- Activity:
Find the line with "f8_edges = [f1.edges().sort_by_distance(p)[0]" and the line with "FreeCAD Python script" in the entries below; output exactly those two lines, every line between them, and no others.

- Excerpted data:

---+---

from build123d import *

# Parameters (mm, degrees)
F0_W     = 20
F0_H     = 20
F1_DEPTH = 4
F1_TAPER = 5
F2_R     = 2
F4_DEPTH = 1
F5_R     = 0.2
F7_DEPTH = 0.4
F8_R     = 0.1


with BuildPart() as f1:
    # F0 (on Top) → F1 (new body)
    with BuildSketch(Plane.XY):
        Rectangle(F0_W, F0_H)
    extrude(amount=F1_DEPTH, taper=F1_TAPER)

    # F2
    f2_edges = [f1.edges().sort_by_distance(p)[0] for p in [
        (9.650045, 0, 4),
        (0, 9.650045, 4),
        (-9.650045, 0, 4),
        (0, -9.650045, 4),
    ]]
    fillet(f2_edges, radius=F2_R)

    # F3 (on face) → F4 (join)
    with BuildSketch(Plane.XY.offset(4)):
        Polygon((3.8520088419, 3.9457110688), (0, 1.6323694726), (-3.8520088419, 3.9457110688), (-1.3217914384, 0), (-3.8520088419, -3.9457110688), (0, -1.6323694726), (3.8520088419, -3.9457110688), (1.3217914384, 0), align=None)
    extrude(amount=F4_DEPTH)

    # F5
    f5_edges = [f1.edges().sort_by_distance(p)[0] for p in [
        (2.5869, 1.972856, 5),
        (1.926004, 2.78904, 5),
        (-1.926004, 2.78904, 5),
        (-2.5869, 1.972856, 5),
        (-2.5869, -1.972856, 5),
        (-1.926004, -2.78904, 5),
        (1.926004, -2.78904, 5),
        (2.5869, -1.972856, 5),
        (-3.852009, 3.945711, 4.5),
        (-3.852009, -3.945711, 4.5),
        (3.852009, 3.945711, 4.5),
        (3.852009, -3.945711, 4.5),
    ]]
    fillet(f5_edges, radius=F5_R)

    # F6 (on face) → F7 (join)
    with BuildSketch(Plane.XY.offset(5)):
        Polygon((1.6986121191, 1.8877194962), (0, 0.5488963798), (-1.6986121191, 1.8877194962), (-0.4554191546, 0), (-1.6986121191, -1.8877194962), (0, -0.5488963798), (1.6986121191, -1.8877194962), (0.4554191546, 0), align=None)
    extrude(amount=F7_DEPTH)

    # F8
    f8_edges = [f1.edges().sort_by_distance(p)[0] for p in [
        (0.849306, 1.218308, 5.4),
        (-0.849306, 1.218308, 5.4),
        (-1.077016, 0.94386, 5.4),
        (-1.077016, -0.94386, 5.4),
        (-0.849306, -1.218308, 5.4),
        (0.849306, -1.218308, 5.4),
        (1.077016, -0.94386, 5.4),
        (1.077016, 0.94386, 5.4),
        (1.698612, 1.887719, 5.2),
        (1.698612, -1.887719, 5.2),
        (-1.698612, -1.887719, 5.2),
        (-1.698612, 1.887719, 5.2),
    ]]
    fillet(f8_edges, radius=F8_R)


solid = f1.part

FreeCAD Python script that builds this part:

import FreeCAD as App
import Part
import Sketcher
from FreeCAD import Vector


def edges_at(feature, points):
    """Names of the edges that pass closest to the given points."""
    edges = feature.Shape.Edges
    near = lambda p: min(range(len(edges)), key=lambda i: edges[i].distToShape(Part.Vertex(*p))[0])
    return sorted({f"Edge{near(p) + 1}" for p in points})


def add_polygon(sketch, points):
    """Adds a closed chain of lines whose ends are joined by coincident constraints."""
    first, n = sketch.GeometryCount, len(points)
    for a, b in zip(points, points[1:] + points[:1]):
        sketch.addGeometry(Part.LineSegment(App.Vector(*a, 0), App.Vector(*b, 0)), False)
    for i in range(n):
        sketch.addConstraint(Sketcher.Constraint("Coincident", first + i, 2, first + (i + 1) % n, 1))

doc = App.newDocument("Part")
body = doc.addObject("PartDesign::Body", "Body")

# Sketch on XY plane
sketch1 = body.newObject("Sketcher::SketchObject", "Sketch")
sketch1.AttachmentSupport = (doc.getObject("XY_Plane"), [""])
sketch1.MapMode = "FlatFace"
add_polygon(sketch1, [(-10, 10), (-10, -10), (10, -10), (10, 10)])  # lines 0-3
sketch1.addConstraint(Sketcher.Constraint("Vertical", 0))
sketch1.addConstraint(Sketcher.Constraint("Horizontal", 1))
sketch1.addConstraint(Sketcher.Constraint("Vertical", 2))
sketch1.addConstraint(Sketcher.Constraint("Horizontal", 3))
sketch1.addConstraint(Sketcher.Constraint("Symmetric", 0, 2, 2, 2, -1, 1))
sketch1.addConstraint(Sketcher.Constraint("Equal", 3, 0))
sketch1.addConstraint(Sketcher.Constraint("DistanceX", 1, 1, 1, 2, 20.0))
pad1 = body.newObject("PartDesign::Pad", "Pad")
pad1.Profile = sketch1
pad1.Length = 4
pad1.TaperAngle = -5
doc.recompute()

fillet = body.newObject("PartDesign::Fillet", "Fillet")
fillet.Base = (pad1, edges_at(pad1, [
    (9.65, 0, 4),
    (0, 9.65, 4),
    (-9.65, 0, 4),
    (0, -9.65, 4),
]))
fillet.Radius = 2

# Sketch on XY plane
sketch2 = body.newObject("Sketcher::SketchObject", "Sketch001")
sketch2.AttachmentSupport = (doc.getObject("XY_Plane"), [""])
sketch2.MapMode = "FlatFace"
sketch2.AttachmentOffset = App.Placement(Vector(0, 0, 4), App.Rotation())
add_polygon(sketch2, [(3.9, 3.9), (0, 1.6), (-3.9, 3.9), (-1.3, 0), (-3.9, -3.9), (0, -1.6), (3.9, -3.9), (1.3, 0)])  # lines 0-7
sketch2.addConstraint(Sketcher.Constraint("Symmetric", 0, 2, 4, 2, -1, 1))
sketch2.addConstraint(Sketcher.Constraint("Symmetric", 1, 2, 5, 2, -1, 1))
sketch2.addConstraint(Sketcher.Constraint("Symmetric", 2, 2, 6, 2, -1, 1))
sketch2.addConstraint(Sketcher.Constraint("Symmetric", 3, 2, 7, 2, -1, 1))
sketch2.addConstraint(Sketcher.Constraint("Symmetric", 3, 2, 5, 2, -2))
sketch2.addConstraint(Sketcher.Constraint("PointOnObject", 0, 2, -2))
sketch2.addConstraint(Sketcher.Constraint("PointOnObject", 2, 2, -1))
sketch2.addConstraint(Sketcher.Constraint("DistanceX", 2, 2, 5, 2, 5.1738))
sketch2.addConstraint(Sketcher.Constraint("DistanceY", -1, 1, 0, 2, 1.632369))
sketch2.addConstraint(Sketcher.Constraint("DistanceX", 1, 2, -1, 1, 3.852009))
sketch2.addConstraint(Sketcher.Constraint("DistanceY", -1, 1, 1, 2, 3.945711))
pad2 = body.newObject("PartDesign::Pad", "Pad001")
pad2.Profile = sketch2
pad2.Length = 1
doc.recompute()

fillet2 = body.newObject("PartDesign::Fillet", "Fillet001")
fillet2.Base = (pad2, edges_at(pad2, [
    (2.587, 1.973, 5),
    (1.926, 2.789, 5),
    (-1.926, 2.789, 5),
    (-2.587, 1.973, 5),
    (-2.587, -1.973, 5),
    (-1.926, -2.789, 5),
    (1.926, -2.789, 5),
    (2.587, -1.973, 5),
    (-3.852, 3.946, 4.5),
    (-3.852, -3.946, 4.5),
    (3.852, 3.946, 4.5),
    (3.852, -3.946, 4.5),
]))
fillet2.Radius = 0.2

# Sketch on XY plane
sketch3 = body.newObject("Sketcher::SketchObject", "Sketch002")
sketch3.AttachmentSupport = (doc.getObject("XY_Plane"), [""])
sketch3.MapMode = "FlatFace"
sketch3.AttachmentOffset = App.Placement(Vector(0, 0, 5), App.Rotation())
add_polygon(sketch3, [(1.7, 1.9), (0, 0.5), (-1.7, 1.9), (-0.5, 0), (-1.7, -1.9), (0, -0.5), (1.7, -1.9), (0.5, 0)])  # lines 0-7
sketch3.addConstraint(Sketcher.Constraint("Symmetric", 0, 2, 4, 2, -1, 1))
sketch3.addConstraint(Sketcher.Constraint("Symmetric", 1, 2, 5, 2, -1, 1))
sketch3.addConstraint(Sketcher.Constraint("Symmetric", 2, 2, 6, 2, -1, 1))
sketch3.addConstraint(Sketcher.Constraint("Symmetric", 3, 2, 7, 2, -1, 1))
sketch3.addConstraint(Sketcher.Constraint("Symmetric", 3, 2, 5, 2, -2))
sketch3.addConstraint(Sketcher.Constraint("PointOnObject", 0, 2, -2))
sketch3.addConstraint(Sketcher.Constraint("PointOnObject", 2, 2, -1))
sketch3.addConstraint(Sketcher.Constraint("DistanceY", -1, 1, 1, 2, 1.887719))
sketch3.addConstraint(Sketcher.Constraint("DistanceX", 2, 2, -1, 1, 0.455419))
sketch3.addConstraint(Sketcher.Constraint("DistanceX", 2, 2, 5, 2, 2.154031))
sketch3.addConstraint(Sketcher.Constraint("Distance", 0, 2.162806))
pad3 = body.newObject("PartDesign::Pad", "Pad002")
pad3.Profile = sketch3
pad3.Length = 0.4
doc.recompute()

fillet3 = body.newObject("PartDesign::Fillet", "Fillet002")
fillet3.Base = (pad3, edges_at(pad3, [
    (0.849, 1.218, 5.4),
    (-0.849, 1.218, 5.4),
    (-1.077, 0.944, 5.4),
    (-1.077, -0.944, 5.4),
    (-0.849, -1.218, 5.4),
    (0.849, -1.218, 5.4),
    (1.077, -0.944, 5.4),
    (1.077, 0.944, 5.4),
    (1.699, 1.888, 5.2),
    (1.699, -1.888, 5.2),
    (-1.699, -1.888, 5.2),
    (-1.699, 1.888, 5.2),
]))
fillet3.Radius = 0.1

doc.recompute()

---+---

- Exercise solution:
    f8_edges = [f1.edges().sort_by_distance(p)[0] for p in [
        (0.849306, 1.218308, 5.4),
        (-0.849306, 1.218308, 5.4),
        (-1.077016, 0.94386, 5.4),
        (-1.077016, -0.94386, 5.4),
        (-0.849306, -1.218308, 5.4),
        (0.849306, -1.218308, 5.4),
        (1.077016, -0.94386, 5.4),
        (1.077016, 0.94386, 5.4),
        (1.698612, 1.887719, 5.2),
        (1.698612, -1.887719, 5.2),
        (-1.698612, -1.887719, 5.2),
        (-1.698612, 1.887719, 5.2),
    ]]
    fillet(f8_edges, radius=F8_R)


solid = f1.part

FreeCAD Python script that builds this part:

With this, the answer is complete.